> [ABOUT THIS EXERCISE]: The following data has a line with "f 166 78 81" and a line with "f 204 80 193". Write out exactly those lines and all the lines between them.

Collected data entries:
::::::::::

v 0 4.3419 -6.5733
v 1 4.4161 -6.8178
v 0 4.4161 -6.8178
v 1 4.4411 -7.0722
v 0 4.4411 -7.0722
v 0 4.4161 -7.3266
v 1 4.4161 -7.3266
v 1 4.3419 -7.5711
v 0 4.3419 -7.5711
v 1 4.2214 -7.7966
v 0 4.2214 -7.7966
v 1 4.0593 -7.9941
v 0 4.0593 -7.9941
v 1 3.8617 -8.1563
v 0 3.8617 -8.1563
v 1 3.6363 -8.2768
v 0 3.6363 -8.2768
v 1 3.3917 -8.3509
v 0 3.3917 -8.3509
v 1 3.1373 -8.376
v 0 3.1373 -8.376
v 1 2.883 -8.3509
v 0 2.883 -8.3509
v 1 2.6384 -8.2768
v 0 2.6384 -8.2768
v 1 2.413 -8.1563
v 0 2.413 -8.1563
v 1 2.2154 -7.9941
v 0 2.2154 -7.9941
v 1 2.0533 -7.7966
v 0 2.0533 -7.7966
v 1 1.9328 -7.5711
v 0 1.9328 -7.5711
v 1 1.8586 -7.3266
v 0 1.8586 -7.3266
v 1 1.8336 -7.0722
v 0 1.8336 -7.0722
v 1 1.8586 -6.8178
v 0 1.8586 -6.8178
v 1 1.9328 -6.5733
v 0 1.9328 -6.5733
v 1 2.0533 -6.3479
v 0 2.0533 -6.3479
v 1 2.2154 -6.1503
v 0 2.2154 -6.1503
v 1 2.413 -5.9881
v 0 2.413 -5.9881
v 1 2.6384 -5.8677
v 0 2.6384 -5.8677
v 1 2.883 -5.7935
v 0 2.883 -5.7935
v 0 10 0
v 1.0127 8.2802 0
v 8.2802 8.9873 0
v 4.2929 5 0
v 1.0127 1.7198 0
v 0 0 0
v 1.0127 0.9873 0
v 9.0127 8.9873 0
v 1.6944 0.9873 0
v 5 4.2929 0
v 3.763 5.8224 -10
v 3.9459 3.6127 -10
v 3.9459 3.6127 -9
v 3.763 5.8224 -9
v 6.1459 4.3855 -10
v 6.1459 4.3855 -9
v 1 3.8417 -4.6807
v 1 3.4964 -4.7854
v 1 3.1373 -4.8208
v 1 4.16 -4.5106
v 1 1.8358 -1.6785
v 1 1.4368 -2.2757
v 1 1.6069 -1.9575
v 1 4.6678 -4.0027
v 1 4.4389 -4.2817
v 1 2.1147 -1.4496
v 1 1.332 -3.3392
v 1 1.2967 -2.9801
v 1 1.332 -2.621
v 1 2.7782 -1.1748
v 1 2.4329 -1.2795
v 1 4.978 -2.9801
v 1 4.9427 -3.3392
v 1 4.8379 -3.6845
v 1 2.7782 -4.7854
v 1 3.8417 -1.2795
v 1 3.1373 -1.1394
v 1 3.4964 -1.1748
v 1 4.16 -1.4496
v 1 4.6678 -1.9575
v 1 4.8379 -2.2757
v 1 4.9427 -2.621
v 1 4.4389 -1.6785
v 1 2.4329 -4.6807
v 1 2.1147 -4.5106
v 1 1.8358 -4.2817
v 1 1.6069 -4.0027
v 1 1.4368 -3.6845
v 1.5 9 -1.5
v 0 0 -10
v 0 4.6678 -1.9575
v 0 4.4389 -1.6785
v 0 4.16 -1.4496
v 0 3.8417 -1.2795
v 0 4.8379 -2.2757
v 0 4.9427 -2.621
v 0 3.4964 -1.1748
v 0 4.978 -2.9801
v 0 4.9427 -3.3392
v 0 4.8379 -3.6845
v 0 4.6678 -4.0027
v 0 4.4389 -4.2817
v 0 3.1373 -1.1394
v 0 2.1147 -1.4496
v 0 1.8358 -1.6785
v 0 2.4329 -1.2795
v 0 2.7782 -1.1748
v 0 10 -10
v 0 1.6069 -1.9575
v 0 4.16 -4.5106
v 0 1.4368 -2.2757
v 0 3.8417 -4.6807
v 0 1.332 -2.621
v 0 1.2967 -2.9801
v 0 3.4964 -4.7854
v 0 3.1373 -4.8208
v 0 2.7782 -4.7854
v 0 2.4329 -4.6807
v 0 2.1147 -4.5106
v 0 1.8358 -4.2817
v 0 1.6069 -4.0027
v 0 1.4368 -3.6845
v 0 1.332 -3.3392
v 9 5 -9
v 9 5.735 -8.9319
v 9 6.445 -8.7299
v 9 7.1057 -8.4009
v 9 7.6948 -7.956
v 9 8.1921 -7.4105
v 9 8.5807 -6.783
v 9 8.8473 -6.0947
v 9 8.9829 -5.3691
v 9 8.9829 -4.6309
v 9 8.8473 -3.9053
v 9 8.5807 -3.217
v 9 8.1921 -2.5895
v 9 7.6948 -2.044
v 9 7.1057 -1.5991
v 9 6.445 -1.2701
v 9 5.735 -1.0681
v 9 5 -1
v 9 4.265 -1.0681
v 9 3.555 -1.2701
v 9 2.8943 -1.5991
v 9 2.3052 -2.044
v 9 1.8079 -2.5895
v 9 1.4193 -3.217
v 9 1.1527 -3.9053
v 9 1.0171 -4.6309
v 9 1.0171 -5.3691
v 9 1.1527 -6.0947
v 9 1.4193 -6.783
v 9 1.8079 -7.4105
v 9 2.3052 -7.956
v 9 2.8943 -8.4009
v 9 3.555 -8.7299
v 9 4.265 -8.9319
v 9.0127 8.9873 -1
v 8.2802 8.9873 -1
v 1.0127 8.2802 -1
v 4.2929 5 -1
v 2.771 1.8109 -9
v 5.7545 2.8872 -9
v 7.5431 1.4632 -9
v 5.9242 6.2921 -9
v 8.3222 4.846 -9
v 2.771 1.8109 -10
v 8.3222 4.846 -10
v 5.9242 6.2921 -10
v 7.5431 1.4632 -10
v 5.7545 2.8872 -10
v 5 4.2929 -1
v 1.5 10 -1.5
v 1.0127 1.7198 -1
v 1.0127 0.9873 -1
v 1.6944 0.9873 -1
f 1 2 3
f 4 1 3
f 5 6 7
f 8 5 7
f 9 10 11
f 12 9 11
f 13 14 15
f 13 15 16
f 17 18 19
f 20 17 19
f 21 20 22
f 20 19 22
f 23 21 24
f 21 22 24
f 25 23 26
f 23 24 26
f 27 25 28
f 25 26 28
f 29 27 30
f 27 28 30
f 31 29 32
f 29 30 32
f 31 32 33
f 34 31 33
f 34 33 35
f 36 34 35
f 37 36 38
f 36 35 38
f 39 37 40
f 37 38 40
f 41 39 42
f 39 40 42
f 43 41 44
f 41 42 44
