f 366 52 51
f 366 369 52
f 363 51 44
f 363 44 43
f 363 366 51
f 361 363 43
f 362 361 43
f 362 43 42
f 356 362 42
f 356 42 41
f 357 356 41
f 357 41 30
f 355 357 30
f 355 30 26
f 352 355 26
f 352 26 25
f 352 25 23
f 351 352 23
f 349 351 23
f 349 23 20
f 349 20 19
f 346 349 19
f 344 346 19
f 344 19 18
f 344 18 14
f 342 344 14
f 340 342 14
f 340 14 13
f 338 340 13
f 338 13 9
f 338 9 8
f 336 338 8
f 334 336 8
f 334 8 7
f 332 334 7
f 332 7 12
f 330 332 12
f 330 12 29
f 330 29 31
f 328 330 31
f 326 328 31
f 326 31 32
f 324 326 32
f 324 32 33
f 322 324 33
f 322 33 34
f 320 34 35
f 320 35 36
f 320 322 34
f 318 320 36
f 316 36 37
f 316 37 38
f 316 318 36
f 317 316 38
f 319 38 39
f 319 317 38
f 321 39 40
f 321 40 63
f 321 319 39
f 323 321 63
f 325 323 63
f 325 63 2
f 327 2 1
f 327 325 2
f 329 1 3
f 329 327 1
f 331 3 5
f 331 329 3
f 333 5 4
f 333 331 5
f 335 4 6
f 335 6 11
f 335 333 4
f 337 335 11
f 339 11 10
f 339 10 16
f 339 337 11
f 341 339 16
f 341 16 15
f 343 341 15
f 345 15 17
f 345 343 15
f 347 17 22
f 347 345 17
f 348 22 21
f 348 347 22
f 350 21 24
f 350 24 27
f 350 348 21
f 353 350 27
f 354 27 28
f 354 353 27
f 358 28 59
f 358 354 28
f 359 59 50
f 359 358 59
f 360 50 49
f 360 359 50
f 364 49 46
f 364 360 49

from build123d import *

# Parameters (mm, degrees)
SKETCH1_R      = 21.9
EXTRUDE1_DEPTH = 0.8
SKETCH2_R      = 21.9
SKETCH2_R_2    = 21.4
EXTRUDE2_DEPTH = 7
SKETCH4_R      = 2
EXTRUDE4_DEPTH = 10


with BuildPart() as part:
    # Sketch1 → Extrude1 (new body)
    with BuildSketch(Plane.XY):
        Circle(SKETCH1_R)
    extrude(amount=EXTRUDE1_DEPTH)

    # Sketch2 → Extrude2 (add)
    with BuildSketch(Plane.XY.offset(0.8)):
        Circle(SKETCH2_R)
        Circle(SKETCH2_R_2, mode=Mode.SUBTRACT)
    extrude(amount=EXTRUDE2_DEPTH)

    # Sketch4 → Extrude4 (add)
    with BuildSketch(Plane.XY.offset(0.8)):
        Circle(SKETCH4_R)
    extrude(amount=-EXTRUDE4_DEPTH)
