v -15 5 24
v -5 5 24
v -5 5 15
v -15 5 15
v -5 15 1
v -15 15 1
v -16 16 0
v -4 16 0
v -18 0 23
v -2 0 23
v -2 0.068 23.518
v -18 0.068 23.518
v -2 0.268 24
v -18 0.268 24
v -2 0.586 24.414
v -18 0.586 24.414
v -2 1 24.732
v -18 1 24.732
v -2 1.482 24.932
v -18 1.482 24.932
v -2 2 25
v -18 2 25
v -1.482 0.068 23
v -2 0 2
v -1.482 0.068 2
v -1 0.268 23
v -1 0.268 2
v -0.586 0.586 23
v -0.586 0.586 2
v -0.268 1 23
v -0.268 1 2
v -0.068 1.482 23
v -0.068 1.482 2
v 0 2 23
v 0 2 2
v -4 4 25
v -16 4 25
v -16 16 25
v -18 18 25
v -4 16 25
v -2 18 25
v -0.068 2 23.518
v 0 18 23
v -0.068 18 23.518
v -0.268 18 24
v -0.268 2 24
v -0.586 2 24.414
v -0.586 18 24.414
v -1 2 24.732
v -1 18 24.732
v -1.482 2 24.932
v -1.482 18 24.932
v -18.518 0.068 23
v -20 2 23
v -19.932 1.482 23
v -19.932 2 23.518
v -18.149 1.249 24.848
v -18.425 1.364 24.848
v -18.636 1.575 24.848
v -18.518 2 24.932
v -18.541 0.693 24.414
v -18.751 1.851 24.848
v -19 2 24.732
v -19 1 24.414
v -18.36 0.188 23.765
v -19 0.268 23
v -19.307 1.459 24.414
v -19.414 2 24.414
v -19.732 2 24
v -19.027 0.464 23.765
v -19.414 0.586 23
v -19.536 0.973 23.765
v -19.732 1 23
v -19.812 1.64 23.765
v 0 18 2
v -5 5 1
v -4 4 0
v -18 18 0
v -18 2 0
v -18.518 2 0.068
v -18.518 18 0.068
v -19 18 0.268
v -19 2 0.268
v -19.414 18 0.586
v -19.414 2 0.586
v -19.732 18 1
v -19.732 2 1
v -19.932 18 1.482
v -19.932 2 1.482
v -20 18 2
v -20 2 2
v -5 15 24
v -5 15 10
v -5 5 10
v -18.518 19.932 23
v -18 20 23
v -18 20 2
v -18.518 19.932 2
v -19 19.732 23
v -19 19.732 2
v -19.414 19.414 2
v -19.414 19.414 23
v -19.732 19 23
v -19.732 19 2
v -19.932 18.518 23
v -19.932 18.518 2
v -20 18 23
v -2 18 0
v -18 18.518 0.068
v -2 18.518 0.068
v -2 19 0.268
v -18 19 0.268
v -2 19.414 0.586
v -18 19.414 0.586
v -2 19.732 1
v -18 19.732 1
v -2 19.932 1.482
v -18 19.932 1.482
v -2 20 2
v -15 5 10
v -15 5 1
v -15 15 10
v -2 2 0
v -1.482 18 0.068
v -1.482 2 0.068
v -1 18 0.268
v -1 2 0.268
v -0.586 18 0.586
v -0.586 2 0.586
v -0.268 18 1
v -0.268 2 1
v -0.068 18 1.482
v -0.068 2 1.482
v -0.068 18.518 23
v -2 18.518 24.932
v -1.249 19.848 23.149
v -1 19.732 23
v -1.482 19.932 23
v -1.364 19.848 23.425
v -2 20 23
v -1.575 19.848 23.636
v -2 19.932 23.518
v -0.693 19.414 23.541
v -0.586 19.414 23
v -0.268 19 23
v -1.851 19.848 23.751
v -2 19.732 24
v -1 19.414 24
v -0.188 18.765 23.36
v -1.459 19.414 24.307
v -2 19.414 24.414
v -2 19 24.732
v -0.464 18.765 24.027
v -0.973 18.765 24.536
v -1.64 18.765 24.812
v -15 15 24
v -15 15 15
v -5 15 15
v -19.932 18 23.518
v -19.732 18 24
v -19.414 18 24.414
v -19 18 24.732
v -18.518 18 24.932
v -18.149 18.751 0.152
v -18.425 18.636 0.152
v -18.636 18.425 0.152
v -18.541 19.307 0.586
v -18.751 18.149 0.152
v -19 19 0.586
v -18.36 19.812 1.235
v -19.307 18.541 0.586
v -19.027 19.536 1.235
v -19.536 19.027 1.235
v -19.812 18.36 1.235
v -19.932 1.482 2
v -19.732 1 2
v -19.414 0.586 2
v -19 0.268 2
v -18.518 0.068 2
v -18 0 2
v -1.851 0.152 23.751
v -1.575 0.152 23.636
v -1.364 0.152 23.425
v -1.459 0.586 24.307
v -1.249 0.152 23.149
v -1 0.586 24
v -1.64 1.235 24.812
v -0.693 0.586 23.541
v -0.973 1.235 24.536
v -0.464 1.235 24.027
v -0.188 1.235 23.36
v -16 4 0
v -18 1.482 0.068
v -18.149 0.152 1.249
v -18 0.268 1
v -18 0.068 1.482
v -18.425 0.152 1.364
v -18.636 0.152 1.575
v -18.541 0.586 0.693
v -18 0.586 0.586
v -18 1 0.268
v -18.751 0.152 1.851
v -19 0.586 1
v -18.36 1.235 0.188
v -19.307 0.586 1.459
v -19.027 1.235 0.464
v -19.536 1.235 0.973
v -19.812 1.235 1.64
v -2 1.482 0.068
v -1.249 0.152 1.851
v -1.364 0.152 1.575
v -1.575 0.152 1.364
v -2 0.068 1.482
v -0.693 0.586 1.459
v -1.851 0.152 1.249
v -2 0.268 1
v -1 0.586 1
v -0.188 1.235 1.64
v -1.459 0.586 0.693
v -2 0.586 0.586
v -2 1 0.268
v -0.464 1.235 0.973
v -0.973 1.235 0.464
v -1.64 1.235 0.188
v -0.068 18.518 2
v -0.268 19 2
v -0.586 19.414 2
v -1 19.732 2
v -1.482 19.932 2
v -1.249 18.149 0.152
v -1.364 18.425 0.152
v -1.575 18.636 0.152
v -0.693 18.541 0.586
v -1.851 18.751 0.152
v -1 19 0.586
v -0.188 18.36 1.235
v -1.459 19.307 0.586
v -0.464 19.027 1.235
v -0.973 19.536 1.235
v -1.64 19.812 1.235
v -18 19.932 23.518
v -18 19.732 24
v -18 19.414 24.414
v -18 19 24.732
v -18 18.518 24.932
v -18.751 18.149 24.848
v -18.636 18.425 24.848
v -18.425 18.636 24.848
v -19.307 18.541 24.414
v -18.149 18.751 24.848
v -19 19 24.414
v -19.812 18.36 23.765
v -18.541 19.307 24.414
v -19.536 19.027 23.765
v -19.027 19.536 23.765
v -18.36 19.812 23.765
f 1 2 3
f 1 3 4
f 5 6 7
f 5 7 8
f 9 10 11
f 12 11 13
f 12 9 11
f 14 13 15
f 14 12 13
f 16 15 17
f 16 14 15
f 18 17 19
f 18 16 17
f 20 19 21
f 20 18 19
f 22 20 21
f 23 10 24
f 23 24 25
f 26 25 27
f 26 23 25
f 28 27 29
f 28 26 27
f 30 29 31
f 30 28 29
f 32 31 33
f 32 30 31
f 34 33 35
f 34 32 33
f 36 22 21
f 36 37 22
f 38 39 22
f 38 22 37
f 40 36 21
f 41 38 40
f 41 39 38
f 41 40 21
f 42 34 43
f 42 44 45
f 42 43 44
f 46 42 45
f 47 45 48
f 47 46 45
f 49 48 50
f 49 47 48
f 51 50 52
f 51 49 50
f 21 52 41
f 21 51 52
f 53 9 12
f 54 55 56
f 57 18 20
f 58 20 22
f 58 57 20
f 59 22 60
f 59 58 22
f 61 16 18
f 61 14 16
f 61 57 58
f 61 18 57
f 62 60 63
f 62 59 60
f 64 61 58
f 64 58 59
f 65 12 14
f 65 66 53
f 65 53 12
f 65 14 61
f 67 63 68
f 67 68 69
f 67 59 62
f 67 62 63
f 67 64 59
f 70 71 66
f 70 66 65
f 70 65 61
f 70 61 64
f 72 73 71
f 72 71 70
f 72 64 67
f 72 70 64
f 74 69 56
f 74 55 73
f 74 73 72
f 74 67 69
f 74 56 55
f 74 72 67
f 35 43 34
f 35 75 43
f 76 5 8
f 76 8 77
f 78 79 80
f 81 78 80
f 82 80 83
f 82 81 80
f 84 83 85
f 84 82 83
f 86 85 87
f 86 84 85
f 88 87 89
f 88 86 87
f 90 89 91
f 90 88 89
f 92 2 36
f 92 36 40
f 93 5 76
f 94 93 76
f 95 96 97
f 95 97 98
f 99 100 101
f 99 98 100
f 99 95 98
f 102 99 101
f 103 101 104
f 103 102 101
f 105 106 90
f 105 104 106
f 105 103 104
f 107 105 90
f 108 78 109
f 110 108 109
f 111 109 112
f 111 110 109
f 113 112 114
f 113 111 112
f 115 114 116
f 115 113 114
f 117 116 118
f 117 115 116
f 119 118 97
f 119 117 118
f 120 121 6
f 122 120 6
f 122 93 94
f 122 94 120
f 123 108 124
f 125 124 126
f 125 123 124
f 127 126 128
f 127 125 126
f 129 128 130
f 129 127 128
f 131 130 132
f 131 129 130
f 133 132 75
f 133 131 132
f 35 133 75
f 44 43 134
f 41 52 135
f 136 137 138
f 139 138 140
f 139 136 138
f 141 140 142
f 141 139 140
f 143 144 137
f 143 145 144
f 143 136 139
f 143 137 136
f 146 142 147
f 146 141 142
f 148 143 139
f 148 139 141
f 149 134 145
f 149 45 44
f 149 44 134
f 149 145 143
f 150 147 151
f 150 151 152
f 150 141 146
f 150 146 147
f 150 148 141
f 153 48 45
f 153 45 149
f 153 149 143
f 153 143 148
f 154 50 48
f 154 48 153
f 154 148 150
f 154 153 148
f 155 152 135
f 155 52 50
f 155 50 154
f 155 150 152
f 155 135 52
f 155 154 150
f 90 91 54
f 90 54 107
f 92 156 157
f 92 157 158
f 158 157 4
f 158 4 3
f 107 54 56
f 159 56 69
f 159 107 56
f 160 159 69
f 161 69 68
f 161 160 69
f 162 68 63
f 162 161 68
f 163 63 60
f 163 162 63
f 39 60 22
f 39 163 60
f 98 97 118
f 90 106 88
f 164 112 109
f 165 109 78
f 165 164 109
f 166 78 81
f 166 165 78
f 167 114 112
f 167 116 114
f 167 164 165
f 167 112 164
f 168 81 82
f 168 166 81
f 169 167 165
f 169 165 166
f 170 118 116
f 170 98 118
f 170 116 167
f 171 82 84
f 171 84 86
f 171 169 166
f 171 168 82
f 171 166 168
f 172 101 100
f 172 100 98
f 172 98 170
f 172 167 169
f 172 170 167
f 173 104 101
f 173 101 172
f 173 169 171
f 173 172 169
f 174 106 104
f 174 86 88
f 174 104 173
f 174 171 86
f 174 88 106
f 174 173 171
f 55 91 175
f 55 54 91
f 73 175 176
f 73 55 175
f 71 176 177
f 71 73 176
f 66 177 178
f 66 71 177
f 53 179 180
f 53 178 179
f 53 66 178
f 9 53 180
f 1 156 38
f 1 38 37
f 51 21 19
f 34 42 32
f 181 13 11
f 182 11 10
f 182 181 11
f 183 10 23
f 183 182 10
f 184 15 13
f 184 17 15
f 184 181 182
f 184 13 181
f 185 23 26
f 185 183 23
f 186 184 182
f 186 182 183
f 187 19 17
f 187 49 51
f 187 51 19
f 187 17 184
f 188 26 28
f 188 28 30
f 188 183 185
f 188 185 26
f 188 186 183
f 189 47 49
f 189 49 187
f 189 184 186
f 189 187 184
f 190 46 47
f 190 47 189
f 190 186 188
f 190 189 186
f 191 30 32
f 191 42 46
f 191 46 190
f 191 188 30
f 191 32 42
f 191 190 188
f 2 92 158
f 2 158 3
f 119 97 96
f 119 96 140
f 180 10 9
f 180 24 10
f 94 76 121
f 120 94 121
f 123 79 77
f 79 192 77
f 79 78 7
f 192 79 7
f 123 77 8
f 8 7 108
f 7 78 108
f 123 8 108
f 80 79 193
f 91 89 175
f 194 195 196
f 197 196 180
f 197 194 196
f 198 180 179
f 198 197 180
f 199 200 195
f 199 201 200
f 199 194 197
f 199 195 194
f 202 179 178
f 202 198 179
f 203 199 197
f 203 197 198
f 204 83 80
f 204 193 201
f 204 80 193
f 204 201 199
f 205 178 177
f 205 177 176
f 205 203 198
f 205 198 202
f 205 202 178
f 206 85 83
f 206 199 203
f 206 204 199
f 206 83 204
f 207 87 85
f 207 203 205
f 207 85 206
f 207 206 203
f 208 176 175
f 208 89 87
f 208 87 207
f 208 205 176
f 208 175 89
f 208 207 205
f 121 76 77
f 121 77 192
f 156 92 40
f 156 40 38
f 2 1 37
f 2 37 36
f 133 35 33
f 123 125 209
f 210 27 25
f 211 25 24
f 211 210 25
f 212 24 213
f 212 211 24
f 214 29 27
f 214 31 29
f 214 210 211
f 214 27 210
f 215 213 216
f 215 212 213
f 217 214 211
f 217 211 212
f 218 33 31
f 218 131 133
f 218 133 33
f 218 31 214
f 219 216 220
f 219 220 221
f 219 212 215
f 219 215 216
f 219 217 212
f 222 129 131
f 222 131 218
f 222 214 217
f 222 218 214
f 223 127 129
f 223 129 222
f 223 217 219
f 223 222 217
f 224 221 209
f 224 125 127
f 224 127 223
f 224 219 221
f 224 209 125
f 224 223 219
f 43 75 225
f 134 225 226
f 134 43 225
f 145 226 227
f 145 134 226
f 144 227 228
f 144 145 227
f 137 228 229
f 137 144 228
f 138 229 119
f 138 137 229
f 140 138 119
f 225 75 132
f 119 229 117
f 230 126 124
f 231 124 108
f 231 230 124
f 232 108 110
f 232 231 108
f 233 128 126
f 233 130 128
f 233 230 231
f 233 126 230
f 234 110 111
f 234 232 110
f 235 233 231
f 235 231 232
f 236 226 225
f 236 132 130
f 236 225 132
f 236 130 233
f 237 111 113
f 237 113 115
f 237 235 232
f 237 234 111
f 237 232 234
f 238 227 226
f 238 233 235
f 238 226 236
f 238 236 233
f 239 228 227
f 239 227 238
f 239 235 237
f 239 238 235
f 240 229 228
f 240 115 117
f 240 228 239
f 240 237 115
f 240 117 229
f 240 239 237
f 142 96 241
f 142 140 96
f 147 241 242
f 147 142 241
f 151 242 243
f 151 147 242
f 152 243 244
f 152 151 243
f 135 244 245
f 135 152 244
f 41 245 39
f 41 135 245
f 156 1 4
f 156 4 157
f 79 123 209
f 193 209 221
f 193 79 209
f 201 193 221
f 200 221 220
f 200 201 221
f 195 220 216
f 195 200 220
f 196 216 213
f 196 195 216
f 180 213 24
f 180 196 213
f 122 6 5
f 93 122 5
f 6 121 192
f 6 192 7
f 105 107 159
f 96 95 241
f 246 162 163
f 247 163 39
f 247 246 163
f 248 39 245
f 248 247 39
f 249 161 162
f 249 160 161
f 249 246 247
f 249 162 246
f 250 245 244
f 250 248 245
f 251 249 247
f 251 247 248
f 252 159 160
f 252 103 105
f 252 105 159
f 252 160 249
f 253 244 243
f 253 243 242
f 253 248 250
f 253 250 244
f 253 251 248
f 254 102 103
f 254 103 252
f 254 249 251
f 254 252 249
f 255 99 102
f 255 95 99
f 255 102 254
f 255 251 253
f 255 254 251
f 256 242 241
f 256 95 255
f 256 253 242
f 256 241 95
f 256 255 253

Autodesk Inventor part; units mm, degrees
ref_plane "YZ Plane" through (0, 0, 0) normal (1, 0, 0) x (0, 1, 0)
ref_plane "XZ Plane" through (0, 0, 0) normal (0, 1, 0) x (-1, 0, 0)
ref_plane "XY Plane" through (0, 0, 0) normal (0, 0, 1) x (1, 0, 0)
sketch "Sketch14" plane through (0, 0, 0) normal (0, 0, 1) x (1, 0, 0)
  line L0 (0, 0) -> (-20, 0)
  line L1 (-20, 0) -> (-20, 20)
  line L2 (-20, 20) -> (0, 20)
  line L3 (0, 20) -> (0, 0)
  line L4 (-5, 5) -> (-10, 5)
  line L5 (-10, 5) -> (-10, 10)
  line L6 (-10, 10) -> (-5, 10)
  line L7 (-5, 10) -> (-5, 5)
  dimension "d71" = 20
  dimension "d72" = 20
  dimension "d73" = 5
  dimension "d74" = 5
extrude "Extrusion9" add sketch "Sketch14" along normal blind 25 contours L0 L1 L2 L3 | L4 L5 L6 L7
fillet "Fillet1" radius 2 12 edges at (-20, 20, 12.5) (-20, 10, 0) (-20, 0, 12.5) (-20, 10, 25) (0, 10, 25) (-10, 20, 25) (0, 20, 12.5) (-10, 20, 0) (-10, 0, 25) (0, 10, 0) (0, 0, 12.5) (-10, 0, 0)
sketch "Sketch24" plane through (0, 0, 25) normal (0, 0, 1) x (1, 0, 0)
  line L0 (-15, 15) -> (-5, 15)
  line L1 (-5, 15) -> (-5, 5)
  line L2 (-5, 5) -> (-15, 5)
  line L3 (-15, 5) -> (-15, 15)
  point P0 (0, 0)
  dimension "d176" = 10
  dimension "d177" = 10
extrude "Extrusion16" cut sketch "Sketch24" against normal blind 10
sketch "Sketch31" plane through (0, 0, 0) normal (0, 0, -1) x (-1, 0, 0)
  line L0 (5, 5) -> (15, 5)
  line L1 (15, 5) -> (15, 15)
  line L2 (15, 15) -> (5, 15)
  line L3 (5, 15) -> (5, 5)
  point P0 (0, 0)
  dimension "d231" = 10
  dimension "d232" = 10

::::::::::

> [WRITTEN RESPONSE]:
f 166 78 81
f 166 165 78
f 167 114 112
f 167 116 114
f 167 164 165
f 167 112 164
f 168 81 82
f 168 166 81
f 169 167 165
f 169 165 166
f 170 118 116
f 170 98 118
f 170 116 167
f 171 82 84
f 171 84 86
f 171 169 166
f 171 168 82
f 171 166 168
f 172 101 100
f 172 100 98
f 172 98 170
f 172 167 169
f 172 170 167
f 173 104 101
f 173 101 172
f 173 169 171
f 173 172 169
f 174 106 104
f 174 86 88
f 174 104 173
f 174 171 86
f 174 88 106
f 174 173 171
f 55 91 175
f 55 54 91
f 73 175 176
f 73 55 175
f 71 176 177
f 71 73 176
f 66 177 178
f 66 71 177
f 53 179 180
f 53 178 179
f 53 66 178
f 9 53 180
f 1 156 38
f 1 38 37
f 51 21 19
f 34 42 32
f 181 13 11
f 182 11 10
f 182 181 11
f 183 10 23
f 183 182 10
f 184 15 13
f 184 17 15
f 184 181 182
f 184 13 181
f 185 23 26
f 185 183 23
f 186 184 182
f 186 182 183
f 187 19 17
f 187 49 51
f 187 51 19
f 187 17 184
f 188 26 28
f 188 28 30
f 188 183 185
f 188 185 26
f 188 186 183
f 189 47 49
f 189 49 187
f 189 184 186
f 189 187 184
f 190 46 47
f 190 47 189
f 190 186 188
f 190 189 186
f 191 30 32
f 191 42 46
f 191 46 190
f 191 188 30
f 191 32 42
f 191 190 188
f 2 92 158
f 2 158 3
f 119 97 96
f 119 96 140
f 180 10 9
f 180 24 10
f 94 76 121
f 120 94 121
f 123 79 77
f 79 192 77
f 79 78 7
f 192 79 7
f 123 77 8
f 8 7 108
f 7 78 108
f 123 8 108
f 80 79 193
f 91 89 175
f 194 195 196
f 197 196 180
f 197 194 196
f 198 180 179
f 198 197 180
f 199 200 195
f 199 201 200
f 199 194 197
f 199 195 194
f 202 179 178
f 202 198 179
f 203 199 197
f 203 197 198
f 204 83 80
f 204 193 201
f 204 80 193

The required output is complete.